-- Work instructions --
Every line of the records below should be restated exactly.

-- Data for review --
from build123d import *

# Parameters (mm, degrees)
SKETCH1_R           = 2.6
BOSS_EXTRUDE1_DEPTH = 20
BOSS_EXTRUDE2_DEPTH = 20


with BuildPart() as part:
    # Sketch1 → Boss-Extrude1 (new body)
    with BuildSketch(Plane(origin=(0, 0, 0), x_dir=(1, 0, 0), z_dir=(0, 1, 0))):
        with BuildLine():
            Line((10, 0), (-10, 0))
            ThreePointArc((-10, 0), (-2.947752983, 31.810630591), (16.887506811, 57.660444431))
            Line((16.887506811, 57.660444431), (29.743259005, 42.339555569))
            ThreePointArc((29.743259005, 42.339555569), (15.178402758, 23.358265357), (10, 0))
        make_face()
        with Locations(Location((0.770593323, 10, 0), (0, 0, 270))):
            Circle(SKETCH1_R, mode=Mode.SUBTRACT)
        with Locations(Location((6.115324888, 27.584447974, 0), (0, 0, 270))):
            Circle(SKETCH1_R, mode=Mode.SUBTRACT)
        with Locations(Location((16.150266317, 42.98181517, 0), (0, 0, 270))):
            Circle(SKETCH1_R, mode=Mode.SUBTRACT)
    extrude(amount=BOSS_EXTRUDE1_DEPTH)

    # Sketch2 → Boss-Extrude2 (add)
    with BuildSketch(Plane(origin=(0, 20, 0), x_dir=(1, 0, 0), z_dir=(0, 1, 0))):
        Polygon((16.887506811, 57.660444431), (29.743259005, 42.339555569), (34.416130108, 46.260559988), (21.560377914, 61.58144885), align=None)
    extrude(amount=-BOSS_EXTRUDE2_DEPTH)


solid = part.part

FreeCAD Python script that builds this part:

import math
import FreeCAD as App
import Part
import Sketcher

V = App.Vector
Q = App.Units.Quantity


def add_polygon(sketch, points):
    """Adds a closed chain of lines whose ends are joined by coincident constraints."""
    first, n = sketch.GeometryCount, len(points)
    for a, b in zip(points, points[1:] + points[:1]):
        sketch.addGeometry(Part.LineSegment(App.Vector(*a, 0), App.Vector(*b, 0)), False)
    for i in range(n):
        sketch.addConstraint(Sketcher.Constraint("Coincident", first + i, 2, first + (i + 1) % n, 1))

doc = App.newDocument("Part")
body = doc.addObject("PartDesign::Body", "Body")

# Sketch on XZ plane
sketch1 = doc.addObject("Sketcher::SketchObject", "Sketch")
body.addObject(sketch1)
sketch1.AttachmentSupport = (doc.XZ_Plane, [""])
sketch1.MapMode = "FlatFace"
sketch1.addGeometry([
    Part.LineSegment(V(-10, 0, 0), V(10, 0, 0)),  # 0
    Part.ArcOfCircle(Part.Circle(V(65.270364, 0, 0), V(0, 0, 1), 55.270364), math.radians(180), math.radians(230)),  # 1
    Part.LineSegment(V(29.743259, -42.339556, 0), V(16.887507, -57.660444, 0)),  # 2
    Part.ArcOfCircle(Part.Circle(V(65.270364, 0, 0), V(0, 0, 1), 75.270364), math.radians(180), math.radians(230)),  # 3
    Part.Circle(V(0.770593, -10, 0), V(0, 0, 1), 2.6),  # 4
    Part.Circle(V(16.150266, -42.981815, 0), V(0, 0, 1), 2.6),  # 5
    Part.Circle(V(6.115325, -27.584448, 0), V(0, 0, 1), 2.6),  # 6
], False)
sketch1.addConstraint([
    Sketcher.Constraint("Coincident", 0, 2, 1, 1),
    Sketcher.Constraint("Coincident", 1, 2, 2, 1),
    Sketcher.Constraint("Coincident", 2, 2, 3, 2),
    Sketcher.Constraint("Coincident", 3, 1, 0, 1),
    Sketcher.Constraint("Horizontal", 0),
    Sketcher.Constraint("Coincident", 3, 3, 1, 3),
    Sketcher.Constraint("Equal", 4, 5),
    Sketcher.Constraint("Equal", 5, 6),
    Sketcher.Constraint("Symmetric", 0, 2, 3, 1, -1, 1),
    Sketcher.Constraint("PointOnObject", 1, 3, -1),
    Sketcher.Constraint("Diameter", 4, Q("5.2 mm")),
    Sketcher.Constraint("DistanceX", 0, 1, 0, 2, Q("20 mm")),
    Sketcher.Constraint("Angle", 2, Q("-130 deg")),
    Sketcher.Constraint("DistanceY", 4, 3, -1, 1, Q("10 mm")),
    Sketcher.Constraint("Radius", 1, Q("55.270364 mm")),
    Sketcher.Constraint("DistanceX", 5, 3, 1, 3, Q("49.120098 mm")),
    Sketcher.Constraint("DistanceX", -1, 1, 1, 2, Q("29.743259 mm")),
    Sketcher.Constraint("DistanceX", 4, 3, 1, 3, Q("64.499771 mm")),
    Sketcher.Constraint("DistanceX", 6, 3, 5, 3, Q("10.034941 mm")),
    Sketcher.Constraint("DistanceY", 5, 3, 1, 2, Q("0.64226 mm")),
    Sketcher.Constraint("DistanceY", 6, 3, -1, 1, Q("27.584448 mm")),
])
pad1 = doc.addObject("PartDesign::Pad", "Pad")
body.addObject(pad1)
pad1.Profile = sketch1
pad1.Length = 20
pad1.Reversed = True

# Sketch on XZ plane
sketch2 = doc.addObject("Sketcher::SketchObject", "Sketch001")
body.addObject(sketch2)
sketch2.AttachmentSupport = (doc.XZ_Plane, [""])
sketch2.MapMode = "FlatFace"
sketch2.AttachmentOffset = App.Placement(V(0, 0, -20), App.Rotation())
add_polygon(sketch2, [(16.887507, -57.660444), (29.743259, -42.339556), (34.41613, -46.26056), (21.560378, -61.581449)])  # lines 0-3
sketch2.addConstraint([
    Sketcher.Constraint("Perpendicular", 0, 1),
    Sketcher.Constraint("Perpendicular", 1, 2),
    Sketcher.Constraint("Perpendicular", 2, 3),
    Sketcher.Constraint("Angle", 0, Q("50 deg")),
    Sketcher.Constraint("Distance", 0, Q("20 mm")),
    Sketcher.Constraint("Distance", 1, Q("6.1 mm")),
    Sketcher.Constraint("DistanceX", -1, 1, 0, 2, Q("29.743259 mm")),
    Sketcher.Constraint("DistanceY", 1, 2, -1, 1, Q("46.26056 mm")),
])
pad2 = doc.addObject("PartDesign::Pad", "Pad001")
body.addObject(pad2)
pad2.Profile = sketch2
pad2.Length = 20

doc.recompute()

-- Answer to the problem --
from build123d import *

# Parameters (mm, degrees)
SKETCH1_R           = 2.6
BOSS_EXTRUDE1_DEPTH = 20
BOSS_EXTRUDE2_DEPTH = 20


with BuildPart() as part:
    # Sketch1 → Boss-Extrude1 (new body)
    with BuildSketch(Plane(origin=(0, 0, 0), x_dir=(1, 0, 0), z_dir=(0, 1, 0))):
        with BuildLine():
            Line((10, 0), (-10, 0))
            ThreePointArc((-10, 0), (-2.947752983, 31.810630591), (16.887506811, 57.660444431))
            Line((16.887506811, 57.660444431), (29.743259005, 42.339555569))
            ThreePointArc((29.743259005, 42.339555569), (15.178402758, 23.358265357), (10, 0))
        make_face()
        with Locations(Location((0.770593323, 10, 0), (0, 0, 270))):
            Circle(SKETCH1_R, mode=Mode.SUBTRACT)
        with Locations(Location((6.115324888, 27.584447974, 0), (0, 0, 270))):
            Circle(SKETCH1_R, mode=Mode.SUBTRACT)
        with Locations(Location((16.150266317, 42.98181517, 0), (0, 0, 270))):
            Circle(SKETCH1_R, mode=Mode.SUBTRACT)
    extrude(amount=BOSS_EXTRUDE1_DEPTH)

    # Sketch2 → Boss-Extrude2 (add)
    with BuildSketch(Plane(origin=(0, 20, 0), x_dir=(1, 0, 0), z_dir=(0, 1, 0))):
        Polygon((16.887506811, 57.660444431), (29.743259005, 42.339555569), (34.416130108, 46.260559988), (21.560377914, 61.58144885), align=None)
    extrude(amount=-BOSS_EXTRUDE2_DEPTH)


solid = part.part

FreeCAD Python script that builds this part:

import math
import FreeCAD as App
import Part
import Sketcher

V = App.Vector
Q = App.Units.Quantity


def add_polygon(sketch, points):
    """Adds a closed chain of lines whose ends are joined by coincident constraints."""
    first, n = sketch.GeometryCount, len(points)
    for a, b in zip(points, points[1:] + points[:1]):
        sketch.addGeometry(Part.LineSegment(App.Vector(*a, 0), App.Vector(*b, 0)), False)
    for i in range(n):
        sketch.addConstraint(Sketcher.Constraint("Coincident", first + i, 2, first + (i + 1) % n, 1))

doc = App.newDocument("Part")
body = doc.addObject("PartDesign::Body", "Body")

# Sketch on XZ plane
sketch1 = doc.addObject("Sketcher::SketchObject", "Sketch")
body.addObject(sketch1)
sketch1.AttachmentSupport = (doc.XZ_Plane, [""])
sketch1.MapMode = "FlatFace"
sketch1.addGeometry([
    Part.LineSegment(V(-10, 0, 0), V(10, 0, 0)),  # 0
    Part.ArcOfCircle(Part.Circle(V(65.270364, 0, 0), V(0, 0, 1), 55.270364), math.radians(180), math.radians(230)),  # 1
    Part.LineSegment(V(29.743259, -42.339556, 0), V(16.887507, -57.660444, 0)),  # 2
    Part.ArcOfCircle(Part.Circle(V(65.270364, 0, 0), V(0, 0, 1), 75.270364), math.radians(180), math.radians(230)),  # 3
    Part.Circle(V(0.770593, -10, 0), V(0, 0, 1), 2.6),  # 4
    Part.Circle(V(16.150266, -42.981815, 0), V(0, 0, 1), 2.6),  # 5
    Part.Circle(V(6.115325, -27.584448, 0), V(0, 0, 1), 2.6),  # 6
], False)
sketch1.addConstraint([
    Sketcher.Constraint("Coincident", 0, 2, 1, 1),
    Sketcher.Constraint("Coincident", 1, 2, 2, 1),
    Sketcher.Constraint("Coincident", 2, 2, 3, 2),
    Sketcher.Constraint("Coincident", 3, 1, 0, 1),
    Sketcher.Constraint("Horizontal", 0),
    Sketcher.Constraint("Coincident", 3, 3, 1, 3),
    Sketcher.Constraint("Equal", 4, 5),
    Sketcher.Constraint("Equal", 5, 6),
    Sketcher.Constraint("Symmetric", 0, 2, 3, 1, -1, 1),
    Sketcher.Constraint("PointOnObject", 1, 3, -1),
    Sketcher.Constraint("Diameter", 4, Q("5.2 mm")),
    Sketcher.Constraint("DistanceX", 0, 1, 0, 2, Q("20 mm")),
    Sketcher.Constraint("Angle", 2, Q("-130 deg")),
    Sketcher.Constraint("DistanceY", 4, 3, -1, 1, Q("10 mm")),
    Sketcher.Constraint("Radius", 1, Q("55.270364 mm")),
    Sketcher.Constraint("DistanceX", 5, 3, 1, 3, Q("49.120098 mm")),
    Sketcher.Constraint("DistanceX", -1, 1, 1, 2, Q("29.743259 mm")),
    Sketcher.Constraint("DistanceX", 4, 3, 1, 3, Q("64.499771 mm")),
    Sketcher.Constraint("DistanceX", 6, 3, 5, 3, Q("10.034941 mm")),
    Sketcher.Constraint("DistanceY", 5, 3, 1, 2, Q("0.64226 mm")),
    Sketcher.Constraint("DistanceY", 6, 3, -1, 1, Q("27.584448 mm")),
])
pad1 = doc.addObject("PartDesign::Pad", "Pad")
body.addObject(pad1)
pad1.Profile = sketch1
pad1.Length = 20
pad1.Reversed = True

# Sketch on XZ plane
sketch2 = doc.addObject("Sketcher::SketchObject", "Sketch001")
body.addObject(sketch2)
sketch2.AttachmentSupport = (doc.XZ_Plane, [""])
sketch2.MapMode = "FlatFace"
sketch2.AttachmentOffset = App.Placement(V(0, 0, -20), App.Rotation())
add_polygon(sketch2, [(16.887507, -57.660444), (29.743259, -42.339556), (34.41613, -46.26056), (21.560378, -61.581449)])  # lines 0-3
sketch2.addConstraint([
    Sketcher.Constraint("Perpendicular", 0, 1),
    Sketcher.Constraint("Perpendicular", 1, 2),
    Sketcher.Constraint("Perpendicular", 2, 3),
    Sketcher.Constraint("Angle", 0, Q("50 deg")),
    Sketcher.Constraint("Distance", 0, Q("20 mm")),
    Sketcher.Constraint("Distance", 1, Q("6.1 mm")),
    Sketcher.Constraint("DistanceX", -1, 1, 0, 2, Q("29.743259 mm")),
    Sketcher.Constraint("DistanceY", 1, 2, -1, 1, Q("46.26056 mm")),
])
pad2 = doc.addObject("PartDesign::Pad", "Pad001")
body.addObject(pad2)
pad2.Profile = sketch2
pad2.Length = 20

doc.recompute()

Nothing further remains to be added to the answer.